» **Collected data entries**:
+--
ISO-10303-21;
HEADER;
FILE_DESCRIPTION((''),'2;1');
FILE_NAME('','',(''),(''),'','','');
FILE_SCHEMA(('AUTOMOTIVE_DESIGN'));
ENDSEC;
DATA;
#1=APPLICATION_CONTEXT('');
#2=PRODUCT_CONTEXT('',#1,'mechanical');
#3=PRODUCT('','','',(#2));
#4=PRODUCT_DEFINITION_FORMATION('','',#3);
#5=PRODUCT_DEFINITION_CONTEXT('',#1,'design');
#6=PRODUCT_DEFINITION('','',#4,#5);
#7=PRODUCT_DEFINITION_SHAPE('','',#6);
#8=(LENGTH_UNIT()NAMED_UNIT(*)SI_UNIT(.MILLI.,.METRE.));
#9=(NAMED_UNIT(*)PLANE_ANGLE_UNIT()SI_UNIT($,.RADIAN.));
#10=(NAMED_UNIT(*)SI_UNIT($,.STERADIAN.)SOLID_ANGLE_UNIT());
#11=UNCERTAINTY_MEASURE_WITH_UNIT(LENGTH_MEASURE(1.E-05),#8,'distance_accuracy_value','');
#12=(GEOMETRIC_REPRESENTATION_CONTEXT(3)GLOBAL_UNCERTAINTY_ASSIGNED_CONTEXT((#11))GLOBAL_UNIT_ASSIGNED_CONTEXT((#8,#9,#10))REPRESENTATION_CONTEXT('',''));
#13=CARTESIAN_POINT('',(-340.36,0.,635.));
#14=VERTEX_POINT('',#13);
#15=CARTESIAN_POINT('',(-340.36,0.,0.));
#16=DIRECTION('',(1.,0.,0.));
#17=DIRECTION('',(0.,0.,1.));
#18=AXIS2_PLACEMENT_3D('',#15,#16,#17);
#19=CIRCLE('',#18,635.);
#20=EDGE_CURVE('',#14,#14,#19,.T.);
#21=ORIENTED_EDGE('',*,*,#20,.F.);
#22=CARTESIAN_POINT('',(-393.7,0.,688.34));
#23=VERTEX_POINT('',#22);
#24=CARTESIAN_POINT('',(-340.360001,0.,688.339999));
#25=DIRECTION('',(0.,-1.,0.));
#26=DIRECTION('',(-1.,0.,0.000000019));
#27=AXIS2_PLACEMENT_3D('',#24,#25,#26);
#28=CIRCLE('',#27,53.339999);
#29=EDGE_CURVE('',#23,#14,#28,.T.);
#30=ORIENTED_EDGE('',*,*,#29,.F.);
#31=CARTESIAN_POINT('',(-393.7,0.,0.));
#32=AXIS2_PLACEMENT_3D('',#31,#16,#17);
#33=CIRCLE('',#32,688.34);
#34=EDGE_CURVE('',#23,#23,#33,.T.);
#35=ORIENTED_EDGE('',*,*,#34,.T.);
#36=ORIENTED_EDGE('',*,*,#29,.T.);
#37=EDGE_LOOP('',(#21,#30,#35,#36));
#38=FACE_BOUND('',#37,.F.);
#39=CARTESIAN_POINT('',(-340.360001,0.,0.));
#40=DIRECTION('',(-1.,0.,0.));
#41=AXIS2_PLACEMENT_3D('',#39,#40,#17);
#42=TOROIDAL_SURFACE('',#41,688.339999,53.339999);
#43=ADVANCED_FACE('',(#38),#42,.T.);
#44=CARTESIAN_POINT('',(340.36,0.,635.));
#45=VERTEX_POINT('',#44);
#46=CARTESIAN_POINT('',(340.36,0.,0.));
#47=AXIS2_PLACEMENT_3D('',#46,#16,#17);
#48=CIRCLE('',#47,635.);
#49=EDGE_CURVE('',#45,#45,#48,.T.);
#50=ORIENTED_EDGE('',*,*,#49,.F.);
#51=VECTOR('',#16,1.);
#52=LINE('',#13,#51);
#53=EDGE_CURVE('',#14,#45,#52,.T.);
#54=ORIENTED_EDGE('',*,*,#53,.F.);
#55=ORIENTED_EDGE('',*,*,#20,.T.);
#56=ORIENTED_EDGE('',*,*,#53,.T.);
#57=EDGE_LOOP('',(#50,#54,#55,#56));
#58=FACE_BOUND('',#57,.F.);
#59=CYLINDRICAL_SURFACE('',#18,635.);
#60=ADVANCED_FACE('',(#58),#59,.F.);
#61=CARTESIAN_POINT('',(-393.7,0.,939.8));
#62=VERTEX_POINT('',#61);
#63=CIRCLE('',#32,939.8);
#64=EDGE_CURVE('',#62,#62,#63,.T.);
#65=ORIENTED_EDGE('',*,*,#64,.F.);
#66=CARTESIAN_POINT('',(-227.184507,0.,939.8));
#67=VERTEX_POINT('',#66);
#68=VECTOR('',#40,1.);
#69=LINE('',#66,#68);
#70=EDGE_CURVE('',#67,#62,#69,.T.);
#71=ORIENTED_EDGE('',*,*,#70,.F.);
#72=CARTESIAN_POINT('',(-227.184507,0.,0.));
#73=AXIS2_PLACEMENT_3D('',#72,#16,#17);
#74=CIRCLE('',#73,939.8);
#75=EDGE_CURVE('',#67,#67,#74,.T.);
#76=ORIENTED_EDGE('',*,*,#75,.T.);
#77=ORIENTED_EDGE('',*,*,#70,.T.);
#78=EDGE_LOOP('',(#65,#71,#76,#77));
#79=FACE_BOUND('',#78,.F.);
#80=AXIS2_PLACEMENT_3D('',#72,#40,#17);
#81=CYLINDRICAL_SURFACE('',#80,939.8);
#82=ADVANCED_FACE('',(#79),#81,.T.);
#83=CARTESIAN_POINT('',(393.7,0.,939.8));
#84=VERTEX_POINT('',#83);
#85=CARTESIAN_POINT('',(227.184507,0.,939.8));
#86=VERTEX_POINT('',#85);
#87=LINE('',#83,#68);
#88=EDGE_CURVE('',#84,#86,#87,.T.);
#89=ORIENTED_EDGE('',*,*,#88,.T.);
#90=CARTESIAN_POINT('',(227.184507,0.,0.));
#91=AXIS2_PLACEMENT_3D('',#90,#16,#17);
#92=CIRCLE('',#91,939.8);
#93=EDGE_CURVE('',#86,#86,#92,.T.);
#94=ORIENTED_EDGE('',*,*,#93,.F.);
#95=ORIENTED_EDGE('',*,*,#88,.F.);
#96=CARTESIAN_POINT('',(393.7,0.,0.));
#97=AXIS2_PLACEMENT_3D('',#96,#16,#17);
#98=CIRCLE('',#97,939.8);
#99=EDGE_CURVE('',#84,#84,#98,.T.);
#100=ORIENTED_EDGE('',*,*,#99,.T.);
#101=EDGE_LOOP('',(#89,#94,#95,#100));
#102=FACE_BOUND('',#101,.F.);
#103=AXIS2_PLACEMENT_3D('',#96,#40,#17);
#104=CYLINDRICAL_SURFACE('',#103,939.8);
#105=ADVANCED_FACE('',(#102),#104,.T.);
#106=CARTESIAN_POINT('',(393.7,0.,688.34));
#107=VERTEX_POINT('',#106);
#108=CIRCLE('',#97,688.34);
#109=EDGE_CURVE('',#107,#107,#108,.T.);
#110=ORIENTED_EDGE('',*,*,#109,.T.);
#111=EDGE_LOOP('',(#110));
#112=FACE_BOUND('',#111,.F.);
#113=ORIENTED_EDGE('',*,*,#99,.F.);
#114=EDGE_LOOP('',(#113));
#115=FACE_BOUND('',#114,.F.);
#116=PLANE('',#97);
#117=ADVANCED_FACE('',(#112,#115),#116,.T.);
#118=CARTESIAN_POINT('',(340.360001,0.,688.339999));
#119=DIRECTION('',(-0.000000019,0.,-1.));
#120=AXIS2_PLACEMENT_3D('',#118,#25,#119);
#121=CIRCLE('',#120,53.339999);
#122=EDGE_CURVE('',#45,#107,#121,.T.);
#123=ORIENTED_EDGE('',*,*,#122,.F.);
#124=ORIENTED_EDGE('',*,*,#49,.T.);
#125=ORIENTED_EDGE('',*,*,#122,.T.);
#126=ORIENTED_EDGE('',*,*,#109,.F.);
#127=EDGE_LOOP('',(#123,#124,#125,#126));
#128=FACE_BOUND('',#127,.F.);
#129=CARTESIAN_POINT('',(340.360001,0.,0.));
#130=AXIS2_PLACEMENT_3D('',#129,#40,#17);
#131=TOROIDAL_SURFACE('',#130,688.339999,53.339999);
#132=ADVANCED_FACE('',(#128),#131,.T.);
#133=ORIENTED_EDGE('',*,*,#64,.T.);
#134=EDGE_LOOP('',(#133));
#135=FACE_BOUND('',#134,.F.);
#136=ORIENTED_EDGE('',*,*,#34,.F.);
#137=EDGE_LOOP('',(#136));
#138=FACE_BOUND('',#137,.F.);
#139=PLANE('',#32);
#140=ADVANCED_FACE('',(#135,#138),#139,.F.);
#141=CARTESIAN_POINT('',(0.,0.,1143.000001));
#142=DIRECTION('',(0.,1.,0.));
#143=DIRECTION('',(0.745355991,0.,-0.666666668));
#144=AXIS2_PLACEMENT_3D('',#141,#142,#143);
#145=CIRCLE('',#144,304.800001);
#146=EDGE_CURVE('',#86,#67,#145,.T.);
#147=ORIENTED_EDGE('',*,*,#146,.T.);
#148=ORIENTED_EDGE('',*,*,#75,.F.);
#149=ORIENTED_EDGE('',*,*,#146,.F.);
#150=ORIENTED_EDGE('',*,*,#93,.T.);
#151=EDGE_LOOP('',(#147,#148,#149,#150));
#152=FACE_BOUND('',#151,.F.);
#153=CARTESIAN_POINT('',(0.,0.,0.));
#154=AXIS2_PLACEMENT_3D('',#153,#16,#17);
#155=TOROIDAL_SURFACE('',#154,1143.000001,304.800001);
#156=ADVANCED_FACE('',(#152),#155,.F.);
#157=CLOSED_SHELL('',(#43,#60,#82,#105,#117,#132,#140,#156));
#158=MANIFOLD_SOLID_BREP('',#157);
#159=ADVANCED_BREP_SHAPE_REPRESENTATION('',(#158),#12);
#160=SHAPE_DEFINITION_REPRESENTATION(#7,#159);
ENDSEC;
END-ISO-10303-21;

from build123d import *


with BuildPart() as f1:
    # F0 (on Front) → F1 (revolve)
    with BuildSketch(Plane.XZ):
        with BuildLine():
            ThreePointArc((-393.7, 688.34), (-378.077076, 650.622924), (-340.36, 635))
            Line((-340.36, 635), (0, 635))
            Line((0, 635), (340.36, 635))
            ThreePointArc((340.36, 635), (378.077076, 650.622924), (393.7, 688.34))
            Line((393.7, 688.34), (393.7, 939.8))
            Line((393.7, 939.8), (227.184507, 939.8))
            ThreePointArc((227.184507, 939.8), (0, 838.2), (-227.184507, 939.8))
            Line((-227.184507, 939.8), (-393.7, 939.8))
            Line((-393.7, 939.8), (-393.7, 688.34))
        make_face()
    revolve(axis=Axis((223.868585, 0, 0), (1, 0, 0)))


solid = f1.part
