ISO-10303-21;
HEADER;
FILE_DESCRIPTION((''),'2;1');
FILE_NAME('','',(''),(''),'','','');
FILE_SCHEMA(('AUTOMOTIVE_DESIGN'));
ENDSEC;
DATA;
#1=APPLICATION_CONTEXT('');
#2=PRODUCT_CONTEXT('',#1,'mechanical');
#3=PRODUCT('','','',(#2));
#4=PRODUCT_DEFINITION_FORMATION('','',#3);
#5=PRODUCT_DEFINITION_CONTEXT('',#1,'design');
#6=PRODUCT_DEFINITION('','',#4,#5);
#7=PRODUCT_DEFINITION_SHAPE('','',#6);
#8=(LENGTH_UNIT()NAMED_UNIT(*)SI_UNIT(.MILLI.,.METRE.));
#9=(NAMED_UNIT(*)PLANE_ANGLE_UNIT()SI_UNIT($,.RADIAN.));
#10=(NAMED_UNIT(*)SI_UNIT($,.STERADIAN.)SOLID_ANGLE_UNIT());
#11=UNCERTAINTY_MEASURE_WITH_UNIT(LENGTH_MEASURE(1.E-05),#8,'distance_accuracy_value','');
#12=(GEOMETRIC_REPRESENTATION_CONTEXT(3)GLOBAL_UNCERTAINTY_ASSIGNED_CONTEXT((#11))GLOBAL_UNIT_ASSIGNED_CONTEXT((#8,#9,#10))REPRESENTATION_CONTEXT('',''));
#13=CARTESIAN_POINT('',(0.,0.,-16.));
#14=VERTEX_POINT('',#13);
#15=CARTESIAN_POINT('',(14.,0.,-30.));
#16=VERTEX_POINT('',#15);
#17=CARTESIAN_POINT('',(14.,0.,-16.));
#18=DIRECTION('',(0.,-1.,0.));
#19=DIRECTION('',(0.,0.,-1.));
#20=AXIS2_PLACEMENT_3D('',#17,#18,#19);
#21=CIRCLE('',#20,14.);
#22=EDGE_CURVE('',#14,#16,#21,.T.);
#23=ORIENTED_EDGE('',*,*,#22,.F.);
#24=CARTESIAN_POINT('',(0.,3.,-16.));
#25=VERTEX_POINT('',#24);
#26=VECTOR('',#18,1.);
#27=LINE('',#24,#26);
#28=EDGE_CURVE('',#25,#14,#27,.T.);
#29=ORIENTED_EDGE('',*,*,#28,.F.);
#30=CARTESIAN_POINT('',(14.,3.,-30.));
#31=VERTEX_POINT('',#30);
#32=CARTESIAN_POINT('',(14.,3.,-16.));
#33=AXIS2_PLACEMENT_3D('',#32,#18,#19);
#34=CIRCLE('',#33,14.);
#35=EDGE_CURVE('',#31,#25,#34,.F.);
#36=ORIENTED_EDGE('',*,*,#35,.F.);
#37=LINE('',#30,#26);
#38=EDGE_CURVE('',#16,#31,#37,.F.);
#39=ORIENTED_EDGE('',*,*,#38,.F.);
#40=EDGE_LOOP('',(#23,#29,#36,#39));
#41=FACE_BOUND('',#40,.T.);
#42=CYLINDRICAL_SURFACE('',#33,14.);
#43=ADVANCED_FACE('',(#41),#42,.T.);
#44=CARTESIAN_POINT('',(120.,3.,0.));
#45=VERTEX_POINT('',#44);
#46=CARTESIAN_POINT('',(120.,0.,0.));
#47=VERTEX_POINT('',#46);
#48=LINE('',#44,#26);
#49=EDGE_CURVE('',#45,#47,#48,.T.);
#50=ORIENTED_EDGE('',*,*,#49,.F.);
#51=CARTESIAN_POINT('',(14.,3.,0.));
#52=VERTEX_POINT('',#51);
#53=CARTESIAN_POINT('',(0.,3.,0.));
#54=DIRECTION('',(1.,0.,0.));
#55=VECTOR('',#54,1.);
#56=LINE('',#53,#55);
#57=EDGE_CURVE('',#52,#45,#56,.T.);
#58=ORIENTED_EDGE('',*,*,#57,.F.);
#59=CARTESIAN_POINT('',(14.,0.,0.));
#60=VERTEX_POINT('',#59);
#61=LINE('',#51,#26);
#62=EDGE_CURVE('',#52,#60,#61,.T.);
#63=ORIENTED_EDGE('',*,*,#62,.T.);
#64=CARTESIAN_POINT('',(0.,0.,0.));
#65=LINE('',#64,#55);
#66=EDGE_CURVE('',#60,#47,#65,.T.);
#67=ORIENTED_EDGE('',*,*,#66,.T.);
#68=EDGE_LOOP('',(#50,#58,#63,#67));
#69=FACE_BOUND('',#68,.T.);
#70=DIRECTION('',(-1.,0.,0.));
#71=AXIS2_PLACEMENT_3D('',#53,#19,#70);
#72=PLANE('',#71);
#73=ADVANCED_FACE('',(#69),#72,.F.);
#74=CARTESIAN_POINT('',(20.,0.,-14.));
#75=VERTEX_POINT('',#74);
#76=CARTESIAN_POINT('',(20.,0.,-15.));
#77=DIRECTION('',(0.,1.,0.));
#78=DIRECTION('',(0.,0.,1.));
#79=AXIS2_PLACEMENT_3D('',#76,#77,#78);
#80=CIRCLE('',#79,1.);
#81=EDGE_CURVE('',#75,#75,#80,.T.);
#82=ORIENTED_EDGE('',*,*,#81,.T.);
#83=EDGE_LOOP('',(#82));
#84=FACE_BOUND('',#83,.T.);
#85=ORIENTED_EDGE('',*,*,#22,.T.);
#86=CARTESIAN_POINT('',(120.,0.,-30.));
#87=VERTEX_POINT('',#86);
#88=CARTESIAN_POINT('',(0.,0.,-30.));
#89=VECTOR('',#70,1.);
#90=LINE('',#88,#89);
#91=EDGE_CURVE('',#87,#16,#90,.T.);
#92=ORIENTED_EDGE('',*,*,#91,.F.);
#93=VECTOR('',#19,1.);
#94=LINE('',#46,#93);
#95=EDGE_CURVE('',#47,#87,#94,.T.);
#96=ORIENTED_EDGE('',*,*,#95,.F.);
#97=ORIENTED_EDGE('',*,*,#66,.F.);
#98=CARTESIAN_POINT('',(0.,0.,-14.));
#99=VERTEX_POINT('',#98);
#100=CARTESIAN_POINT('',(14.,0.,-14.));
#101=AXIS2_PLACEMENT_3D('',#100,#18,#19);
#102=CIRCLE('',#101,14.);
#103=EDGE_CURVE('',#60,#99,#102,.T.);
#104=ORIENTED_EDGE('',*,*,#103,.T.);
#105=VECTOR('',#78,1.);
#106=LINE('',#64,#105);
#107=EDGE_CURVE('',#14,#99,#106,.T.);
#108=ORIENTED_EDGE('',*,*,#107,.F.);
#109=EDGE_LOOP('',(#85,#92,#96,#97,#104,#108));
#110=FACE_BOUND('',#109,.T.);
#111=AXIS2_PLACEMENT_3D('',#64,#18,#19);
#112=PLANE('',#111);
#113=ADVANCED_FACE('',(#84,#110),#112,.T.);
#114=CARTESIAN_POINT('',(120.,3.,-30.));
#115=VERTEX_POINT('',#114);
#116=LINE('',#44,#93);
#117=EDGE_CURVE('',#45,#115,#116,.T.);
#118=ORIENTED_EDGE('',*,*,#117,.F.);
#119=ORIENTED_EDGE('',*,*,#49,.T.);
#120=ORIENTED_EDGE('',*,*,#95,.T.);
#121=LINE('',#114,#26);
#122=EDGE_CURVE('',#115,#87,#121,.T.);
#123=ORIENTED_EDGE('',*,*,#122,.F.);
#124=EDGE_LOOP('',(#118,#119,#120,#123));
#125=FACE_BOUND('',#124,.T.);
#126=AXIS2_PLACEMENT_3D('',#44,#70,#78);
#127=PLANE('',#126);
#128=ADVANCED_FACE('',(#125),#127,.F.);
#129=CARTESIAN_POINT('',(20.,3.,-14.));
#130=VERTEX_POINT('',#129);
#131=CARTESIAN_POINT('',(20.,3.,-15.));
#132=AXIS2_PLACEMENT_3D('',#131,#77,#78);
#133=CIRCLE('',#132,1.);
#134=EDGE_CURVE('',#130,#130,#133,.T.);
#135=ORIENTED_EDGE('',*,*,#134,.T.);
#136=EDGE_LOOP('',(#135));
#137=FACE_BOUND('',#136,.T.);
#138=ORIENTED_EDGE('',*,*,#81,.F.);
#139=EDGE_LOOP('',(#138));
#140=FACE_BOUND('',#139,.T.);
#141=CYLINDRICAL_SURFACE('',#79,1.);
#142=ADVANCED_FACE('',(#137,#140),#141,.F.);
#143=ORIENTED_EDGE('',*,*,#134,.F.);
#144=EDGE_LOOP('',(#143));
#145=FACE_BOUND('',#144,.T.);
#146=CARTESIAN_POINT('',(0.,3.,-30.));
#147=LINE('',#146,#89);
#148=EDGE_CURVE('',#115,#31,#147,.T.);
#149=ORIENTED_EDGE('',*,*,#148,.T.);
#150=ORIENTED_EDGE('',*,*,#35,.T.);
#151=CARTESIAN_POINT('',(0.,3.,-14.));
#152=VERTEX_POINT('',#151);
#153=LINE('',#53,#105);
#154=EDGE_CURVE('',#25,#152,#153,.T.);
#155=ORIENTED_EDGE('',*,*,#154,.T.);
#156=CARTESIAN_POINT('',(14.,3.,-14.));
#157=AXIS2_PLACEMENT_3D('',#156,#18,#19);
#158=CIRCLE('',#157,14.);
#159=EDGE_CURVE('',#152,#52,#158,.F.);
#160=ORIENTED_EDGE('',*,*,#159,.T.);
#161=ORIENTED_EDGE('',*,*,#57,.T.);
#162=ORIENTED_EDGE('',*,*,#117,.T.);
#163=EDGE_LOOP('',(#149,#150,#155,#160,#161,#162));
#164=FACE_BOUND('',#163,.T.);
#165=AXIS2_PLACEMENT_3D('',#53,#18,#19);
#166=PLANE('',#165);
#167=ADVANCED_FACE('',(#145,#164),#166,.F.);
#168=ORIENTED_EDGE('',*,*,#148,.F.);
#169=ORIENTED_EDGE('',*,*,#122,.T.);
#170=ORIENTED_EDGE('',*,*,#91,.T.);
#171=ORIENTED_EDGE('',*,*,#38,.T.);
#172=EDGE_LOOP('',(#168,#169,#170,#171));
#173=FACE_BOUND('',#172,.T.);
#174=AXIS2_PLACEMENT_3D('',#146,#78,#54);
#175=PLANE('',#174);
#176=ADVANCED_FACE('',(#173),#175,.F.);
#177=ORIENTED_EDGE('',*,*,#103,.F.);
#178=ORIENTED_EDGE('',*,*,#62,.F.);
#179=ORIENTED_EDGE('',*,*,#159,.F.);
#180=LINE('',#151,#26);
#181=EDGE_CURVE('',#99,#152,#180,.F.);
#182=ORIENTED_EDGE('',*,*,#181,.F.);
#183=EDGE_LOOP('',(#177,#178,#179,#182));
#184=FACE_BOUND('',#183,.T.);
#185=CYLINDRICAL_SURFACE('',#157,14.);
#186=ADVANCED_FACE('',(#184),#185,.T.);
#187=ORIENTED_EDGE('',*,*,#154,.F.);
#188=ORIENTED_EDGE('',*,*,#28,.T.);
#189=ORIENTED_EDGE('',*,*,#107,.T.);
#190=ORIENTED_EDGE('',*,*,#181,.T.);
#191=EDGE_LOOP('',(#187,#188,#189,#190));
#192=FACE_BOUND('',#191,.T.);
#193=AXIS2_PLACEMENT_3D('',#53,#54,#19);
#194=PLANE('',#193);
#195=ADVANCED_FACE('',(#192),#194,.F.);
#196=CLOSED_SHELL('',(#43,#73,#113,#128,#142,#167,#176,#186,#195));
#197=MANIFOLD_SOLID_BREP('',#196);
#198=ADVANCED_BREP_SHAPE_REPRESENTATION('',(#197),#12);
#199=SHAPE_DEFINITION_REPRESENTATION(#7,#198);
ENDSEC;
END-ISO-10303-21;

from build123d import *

# Parameters (mm, degrees)
SKETCH1_W           = 120
SKETCH1_H           = 30
BOSS_EXTRUDE1_DEPTH = 3
SKETCH3_R           = 1
CUT_EXTRUDE1_DEPTH  = 4
FILLET1_R           = 14


with BuildPart() as part:
    # Sketch1 → Boss-Extrude1 (new body)
    with BuildSketch(Plane(origin=(0, 0, 0), x_dir=(1, 0, 0), z_dir=(0, 1, 0))):
        with Locations((60, 15)):
            Rectangle(SKETCH1_W, SKETCH1_H)
    extrude(amount=BOSS_EXTRUDE1_DEPTH)

    # Sketch3 → Cut-Extrude1 (cut, through all)
    with BuildSketch(Plane(origin=(0, 3, 0), x_dir=(1, 0, 0), z_dir=(0, 1, 0))):
        with Locations((20, 15)):
            Circle(SKETCH3_R)
    extrude(amount=-CUT_EXTRUDE1_DEPTH, mode=Mode.SUBTRACT)

    # Fillet1
    fillet1_edges = [part.edges().sort_by_distance(p)[0] for p in [
        (0, 1.5, -30),
        (0, 1.5, 0),
    ]]
    fillet(fillet1_edges, radius=FILLET1_R)


solid = part.part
+--
Reproduce, exactly as they stand in the data above, the lines from the one that holds "#30=ORIENTED_EDGE('',*,*,#29,.F.);" to the one that holds "#54=ORIENTED_EDGE('',*,*,#53,.F.);", inclusive.

» **Task result**:
#30=ORIENTED_EDGE('',*,*,#29,.F.);
#31=CARTESIAN_POINT('',(-393.7,0.,0.));
#32=AXIS2_PLACEMENT_3D('',#31,#16,#17);
#33=CIRCLE('',#32,688.34);
#34=EDGE_CURVE('',#23,#23,#33,.T.);
#35=ORIENTED_EDGE('',*,*,#34,.T.);
#36=ORIENTED_EDGE('',*,*,#29,.T.);
#37=EDGE_LOOP('',(#21,#30,#35,#36));
#38=FACE_BOUND('',#37,.F.);
#39=CARTESIAN_POINT('',(-340.360001,0.,0.));
#40=DIRECTION('',(-1.,0.,0.));
#41=AXIS2_PLACEMENT_3D('',#39,#40,#17);
#42=TOROIDAL_SURFACE('',#41,688.339999,53.339999);
#43=ADVANCED_FACE('',(#38),#42,.T.);
#44=CARTESIAN_POINT('',(340.36,0.,635.));
#45=VERTEX_POINT('',#44);
#46=CARTESIAN_POINT('',(340.36,0.,0.));
#47=AXIS2_PLACEMENT_3D('',#46,#16,#17);
#48=CIRCLE('',#47,635.);
#49=EDGE_CURVE('',#45,#45,#48,.T.);
#50=ORIENTED_EDGE('',*,*,#49,.F.);
#51=VECTOR('',#16,1.);
#52=LINE('',#13,#51);
#53=EDGE_CURVE('',#14,#45,#52,.T.);
#54=ORIENTED_EDGE('',*,*,#53,.F.);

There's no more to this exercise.